Look through the lines below and copy each one that includes "CONE".

Stored items:
________

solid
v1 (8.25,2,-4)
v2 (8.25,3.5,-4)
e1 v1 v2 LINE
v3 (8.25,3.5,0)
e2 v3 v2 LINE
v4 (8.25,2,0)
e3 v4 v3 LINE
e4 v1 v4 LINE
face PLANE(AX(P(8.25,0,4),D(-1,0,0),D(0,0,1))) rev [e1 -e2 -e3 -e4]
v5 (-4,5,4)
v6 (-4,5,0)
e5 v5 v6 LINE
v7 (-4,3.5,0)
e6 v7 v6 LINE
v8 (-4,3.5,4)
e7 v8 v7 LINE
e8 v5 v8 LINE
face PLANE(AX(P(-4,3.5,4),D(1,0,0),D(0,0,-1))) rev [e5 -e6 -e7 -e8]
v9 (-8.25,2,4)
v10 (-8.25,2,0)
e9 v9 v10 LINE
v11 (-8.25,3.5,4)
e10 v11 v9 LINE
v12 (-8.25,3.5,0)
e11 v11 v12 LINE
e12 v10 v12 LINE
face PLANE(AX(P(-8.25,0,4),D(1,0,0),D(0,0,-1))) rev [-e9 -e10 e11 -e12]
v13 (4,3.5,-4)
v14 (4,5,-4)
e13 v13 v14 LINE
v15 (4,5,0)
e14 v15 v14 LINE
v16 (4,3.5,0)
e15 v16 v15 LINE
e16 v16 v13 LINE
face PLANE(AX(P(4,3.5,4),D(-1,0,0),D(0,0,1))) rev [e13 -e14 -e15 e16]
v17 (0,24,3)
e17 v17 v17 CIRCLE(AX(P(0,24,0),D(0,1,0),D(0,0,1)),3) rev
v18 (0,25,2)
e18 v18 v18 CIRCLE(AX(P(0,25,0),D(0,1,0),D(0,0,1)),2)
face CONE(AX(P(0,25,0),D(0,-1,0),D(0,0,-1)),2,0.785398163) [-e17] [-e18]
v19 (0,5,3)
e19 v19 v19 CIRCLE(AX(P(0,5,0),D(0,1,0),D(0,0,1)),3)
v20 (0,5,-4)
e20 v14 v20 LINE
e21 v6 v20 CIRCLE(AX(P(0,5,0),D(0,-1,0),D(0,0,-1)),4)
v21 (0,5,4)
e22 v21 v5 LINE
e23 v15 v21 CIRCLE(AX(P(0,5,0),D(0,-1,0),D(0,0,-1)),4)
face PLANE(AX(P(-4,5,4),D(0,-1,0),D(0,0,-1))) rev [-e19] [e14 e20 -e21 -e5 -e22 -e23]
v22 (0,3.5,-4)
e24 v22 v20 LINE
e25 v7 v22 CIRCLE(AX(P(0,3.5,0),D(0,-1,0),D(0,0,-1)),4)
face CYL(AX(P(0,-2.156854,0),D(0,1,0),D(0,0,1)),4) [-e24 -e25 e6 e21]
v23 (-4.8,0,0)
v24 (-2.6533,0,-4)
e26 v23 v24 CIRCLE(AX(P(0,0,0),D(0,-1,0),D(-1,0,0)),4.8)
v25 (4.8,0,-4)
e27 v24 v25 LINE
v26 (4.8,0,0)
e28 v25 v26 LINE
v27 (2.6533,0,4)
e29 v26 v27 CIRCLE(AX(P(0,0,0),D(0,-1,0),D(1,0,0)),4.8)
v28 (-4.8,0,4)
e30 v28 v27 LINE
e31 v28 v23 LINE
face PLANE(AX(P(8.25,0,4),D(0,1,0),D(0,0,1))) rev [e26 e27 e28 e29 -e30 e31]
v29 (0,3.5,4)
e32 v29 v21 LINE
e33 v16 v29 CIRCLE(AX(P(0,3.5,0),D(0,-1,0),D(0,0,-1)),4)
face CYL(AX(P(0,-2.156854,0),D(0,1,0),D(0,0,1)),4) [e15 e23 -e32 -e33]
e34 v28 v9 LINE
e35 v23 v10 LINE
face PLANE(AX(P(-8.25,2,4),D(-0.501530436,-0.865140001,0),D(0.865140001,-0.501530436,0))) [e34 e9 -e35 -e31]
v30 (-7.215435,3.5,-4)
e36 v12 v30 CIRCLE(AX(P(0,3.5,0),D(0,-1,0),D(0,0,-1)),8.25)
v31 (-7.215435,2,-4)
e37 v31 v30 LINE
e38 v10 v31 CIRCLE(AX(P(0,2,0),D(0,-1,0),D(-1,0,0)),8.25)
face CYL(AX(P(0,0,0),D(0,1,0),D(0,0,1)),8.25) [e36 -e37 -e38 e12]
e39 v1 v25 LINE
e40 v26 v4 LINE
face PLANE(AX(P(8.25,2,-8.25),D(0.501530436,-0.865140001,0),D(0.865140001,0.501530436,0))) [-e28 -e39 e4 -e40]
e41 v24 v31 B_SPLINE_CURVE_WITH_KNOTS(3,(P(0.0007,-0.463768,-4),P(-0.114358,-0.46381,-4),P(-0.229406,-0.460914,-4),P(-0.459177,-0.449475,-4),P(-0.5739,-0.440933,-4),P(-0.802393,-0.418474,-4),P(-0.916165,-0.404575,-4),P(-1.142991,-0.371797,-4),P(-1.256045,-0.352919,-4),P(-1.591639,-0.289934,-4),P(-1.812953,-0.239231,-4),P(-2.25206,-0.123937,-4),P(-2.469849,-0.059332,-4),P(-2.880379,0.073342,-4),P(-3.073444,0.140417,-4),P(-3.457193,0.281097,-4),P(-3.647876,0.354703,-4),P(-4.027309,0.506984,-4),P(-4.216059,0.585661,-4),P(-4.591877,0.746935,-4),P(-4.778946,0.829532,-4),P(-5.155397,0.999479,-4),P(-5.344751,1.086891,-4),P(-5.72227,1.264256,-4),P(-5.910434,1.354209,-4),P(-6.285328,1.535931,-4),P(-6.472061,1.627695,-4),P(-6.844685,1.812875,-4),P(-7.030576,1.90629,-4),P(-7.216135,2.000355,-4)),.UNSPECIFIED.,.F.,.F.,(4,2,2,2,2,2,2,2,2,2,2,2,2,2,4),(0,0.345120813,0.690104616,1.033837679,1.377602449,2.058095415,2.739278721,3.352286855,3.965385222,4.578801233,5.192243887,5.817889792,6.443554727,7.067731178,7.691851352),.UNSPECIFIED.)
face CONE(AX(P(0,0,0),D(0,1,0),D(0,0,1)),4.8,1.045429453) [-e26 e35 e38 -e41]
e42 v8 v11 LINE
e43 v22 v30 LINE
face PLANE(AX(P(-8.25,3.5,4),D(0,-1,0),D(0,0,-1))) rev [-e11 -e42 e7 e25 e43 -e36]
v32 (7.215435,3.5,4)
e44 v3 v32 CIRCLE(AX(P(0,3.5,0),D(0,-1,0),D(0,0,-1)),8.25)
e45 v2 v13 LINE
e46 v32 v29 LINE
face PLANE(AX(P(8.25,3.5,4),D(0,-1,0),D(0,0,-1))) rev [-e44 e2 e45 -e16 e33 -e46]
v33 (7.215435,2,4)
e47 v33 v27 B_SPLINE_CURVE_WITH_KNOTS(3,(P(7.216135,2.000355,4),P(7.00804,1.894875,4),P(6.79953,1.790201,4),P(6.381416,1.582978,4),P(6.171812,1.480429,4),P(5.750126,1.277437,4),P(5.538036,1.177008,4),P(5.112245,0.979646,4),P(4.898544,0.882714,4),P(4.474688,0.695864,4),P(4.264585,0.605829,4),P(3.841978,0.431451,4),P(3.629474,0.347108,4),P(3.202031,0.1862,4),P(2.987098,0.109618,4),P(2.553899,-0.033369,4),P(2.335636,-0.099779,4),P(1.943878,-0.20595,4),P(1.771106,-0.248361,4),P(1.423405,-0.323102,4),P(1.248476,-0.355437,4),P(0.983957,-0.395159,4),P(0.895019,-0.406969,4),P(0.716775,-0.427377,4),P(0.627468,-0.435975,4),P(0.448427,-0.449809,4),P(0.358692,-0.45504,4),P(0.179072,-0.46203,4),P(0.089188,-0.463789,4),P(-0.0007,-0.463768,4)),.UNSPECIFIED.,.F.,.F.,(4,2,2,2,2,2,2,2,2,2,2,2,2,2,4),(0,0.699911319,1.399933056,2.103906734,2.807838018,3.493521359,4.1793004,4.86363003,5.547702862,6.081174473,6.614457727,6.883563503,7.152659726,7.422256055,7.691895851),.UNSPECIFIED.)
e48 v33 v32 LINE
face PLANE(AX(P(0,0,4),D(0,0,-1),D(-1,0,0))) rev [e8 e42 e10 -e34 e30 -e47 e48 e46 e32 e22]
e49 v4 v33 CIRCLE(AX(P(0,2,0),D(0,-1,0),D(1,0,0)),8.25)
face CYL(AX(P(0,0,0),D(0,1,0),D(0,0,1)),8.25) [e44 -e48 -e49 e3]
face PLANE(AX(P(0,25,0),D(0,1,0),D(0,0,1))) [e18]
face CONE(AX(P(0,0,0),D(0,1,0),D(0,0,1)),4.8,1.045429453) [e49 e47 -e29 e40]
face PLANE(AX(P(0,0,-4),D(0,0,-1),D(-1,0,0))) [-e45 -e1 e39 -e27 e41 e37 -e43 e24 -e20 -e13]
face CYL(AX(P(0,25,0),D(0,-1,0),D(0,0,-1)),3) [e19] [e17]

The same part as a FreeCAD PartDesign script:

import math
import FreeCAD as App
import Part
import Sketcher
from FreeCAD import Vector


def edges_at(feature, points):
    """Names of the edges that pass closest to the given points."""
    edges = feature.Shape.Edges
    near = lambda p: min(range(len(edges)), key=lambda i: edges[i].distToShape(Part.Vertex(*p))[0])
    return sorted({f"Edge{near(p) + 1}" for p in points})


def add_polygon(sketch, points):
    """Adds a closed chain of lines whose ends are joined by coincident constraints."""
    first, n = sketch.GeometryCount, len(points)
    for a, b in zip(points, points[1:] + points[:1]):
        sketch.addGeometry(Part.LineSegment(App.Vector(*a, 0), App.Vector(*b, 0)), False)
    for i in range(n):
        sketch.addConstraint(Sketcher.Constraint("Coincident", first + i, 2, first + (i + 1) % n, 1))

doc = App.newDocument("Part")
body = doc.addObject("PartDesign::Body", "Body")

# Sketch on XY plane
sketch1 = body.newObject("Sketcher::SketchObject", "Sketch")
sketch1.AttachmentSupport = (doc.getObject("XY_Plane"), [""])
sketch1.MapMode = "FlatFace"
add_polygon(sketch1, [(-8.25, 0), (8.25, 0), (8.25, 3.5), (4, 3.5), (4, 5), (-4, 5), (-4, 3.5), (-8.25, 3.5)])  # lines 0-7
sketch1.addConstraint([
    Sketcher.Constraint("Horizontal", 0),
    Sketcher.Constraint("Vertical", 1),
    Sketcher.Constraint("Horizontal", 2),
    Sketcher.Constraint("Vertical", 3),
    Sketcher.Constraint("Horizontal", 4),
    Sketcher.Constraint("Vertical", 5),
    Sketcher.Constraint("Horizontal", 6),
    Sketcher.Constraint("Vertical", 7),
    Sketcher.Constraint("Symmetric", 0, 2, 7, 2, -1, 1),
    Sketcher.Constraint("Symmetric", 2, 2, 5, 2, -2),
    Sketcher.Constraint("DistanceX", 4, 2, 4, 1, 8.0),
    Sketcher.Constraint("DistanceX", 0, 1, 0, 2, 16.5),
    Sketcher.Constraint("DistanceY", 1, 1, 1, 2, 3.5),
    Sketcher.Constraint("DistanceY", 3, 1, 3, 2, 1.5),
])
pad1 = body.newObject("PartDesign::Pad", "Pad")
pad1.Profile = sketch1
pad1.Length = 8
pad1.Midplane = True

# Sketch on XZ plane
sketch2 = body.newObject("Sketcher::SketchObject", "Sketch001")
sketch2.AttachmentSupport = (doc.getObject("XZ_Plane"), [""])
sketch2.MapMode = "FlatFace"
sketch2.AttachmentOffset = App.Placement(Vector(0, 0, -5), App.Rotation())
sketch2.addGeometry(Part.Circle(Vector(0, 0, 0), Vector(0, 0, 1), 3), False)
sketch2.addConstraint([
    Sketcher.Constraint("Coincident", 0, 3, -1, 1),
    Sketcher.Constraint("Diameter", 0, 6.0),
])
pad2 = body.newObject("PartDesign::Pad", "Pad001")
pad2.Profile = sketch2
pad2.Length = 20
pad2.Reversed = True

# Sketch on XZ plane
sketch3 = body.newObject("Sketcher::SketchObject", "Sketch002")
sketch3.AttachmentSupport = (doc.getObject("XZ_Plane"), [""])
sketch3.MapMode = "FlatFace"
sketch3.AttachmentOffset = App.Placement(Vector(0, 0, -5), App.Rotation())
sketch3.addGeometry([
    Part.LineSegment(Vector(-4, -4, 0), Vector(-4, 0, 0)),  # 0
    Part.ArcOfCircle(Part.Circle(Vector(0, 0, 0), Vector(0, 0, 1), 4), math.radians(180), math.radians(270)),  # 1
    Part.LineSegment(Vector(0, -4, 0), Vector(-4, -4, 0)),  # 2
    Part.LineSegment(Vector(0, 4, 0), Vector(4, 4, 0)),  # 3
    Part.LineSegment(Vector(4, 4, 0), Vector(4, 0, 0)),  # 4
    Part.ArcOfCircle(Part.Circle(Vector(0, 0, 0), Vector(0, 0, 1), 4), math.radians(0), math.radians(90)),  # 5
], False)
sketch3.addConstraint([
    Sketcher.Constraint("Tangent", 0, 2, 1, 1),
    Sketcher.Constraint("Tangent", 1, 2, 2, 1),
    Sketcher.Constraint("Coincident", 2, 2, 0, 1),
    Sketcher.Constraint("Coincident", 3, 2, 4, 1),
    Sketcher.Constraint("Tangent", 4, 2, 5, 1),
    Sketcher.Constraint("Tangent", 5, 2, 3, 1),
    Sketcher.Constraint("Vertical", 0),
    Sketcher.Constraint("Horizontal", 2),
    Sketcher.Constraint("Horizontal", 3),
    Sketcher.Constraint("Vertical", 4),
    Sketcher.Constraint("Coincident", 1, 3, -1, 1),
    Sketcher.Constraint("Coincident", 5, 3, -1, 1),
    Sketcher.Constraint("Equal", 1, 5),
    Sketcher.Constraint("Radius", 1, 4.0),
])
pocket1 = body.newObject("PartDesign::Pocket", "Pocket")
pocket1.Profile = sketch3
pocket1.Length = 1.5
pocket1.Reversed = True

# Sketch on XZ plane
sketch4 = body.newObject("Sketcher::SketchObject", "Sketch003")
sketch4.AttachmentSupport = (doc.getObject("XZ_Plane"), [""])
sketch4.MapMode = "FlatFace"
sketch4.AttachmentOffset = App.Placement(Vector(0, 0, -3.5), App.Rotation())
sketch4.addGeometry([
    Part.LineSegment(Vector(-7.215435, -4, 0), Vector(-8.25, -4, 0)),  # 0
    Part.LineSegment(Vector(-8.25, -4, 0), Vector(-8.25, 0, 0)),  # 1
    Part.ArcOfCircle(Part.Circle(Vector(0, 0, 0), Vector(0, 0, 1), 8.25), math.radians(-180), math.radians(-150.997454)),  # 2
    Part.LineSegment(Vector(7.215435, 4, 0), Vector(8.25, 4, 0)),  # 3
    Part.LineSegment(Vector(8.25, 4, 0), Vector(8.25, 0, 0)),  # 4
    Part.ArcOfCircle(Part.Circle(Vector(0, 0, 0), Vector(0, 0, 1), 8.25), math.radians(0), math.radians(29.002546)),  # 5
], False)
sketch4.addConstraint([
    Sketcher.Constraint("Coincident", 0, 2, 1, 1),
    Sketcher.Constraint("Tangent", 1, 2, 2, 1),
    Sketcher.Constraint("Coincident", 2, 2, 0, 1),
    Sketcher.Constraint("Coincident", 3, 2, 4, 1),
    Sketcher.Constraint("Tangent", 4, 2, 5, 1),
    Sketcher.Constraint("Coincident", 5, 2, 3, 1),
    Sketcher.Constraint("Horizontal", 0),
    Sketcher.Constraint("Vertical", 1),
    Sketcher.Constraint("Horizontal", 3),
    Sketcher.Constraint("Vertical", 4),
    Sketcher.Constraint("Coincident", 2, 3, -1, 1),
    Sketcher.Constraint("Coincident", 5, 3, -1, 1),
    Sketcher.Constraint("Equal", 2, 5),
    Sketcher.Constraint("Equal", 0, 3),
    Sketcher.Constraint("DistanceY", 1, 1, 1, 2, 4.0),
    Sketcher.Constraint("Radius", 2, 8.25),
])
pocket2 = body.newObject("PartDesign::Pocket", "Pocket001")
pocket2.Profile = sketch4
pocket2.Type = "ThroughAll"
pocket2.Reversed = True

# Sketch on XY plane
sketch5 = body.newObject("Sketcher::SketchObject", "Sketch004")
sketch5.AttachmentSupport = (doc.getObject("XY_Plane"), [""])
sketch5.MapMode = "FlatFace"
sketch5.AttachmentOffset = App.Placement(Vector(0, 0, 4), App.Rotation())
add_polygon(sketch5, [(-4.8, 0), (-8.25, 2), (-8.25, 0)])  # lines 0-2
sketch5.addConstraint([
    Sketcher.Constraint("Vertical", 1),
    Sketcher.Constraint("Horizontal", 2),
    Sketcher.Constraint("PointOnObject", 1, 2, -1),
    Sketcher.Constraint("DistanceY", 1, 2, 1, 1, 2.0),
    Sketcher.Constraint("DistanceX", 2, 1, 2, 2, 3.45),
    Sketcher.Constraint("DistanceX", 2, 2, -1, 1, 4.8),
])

________

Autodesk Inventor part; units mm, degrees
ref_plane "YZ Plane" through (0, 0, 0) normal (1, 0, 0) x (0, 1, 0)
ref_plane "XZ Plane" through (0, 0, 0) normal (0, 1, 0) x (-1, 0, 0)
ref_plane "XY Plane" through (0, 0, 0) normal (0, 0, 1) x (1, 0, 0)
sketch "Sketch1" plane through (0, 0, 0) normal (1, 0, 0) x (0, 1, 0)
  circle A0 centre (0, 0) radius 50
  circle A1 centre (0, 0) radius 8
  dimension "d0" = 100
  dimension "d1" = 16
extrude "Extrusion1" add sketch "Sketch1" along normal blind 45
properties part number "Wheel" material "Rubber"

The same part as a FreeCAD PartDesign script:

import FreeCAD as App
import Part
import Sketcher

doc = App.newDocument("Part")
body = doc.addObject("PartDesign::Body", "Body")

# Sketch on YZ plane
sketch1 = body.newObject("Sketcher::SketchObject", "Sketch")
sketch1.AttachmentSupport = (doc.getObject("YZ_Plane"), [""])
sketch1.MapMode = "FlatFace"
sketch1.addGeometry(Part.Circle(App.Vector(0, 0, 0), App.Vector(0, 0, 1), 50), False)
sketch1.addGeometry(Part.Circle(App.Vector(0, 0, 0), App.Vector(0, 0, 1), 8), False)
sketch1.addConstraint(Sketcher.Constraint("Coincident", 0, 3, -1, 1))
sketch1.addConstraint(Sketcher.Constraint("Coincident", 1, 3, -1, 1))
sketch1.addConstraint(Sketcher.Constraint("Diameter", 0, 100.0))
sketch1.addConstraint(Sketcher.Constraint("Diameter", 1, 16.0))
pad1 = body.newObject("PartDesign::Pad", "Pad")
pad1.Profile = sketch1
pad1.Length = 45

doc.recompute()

________

◆ TASK OUTPUT
face CONE(AX(P(0,25,0),D(0,-1,0),D(0,0,-1)),2,0.785398163) [-e17] [-e18]
face CONE(AX(P(0,0,0),D(0,1,0),D(0,0,1)),4.8,1.045429453) [-e26 e35 e38 -e41]
face CONE(AX(P(0,0,0),D(0,1,0),D(0,0,1)),4.8,1.045429453) [e49 e47 -e29 e40]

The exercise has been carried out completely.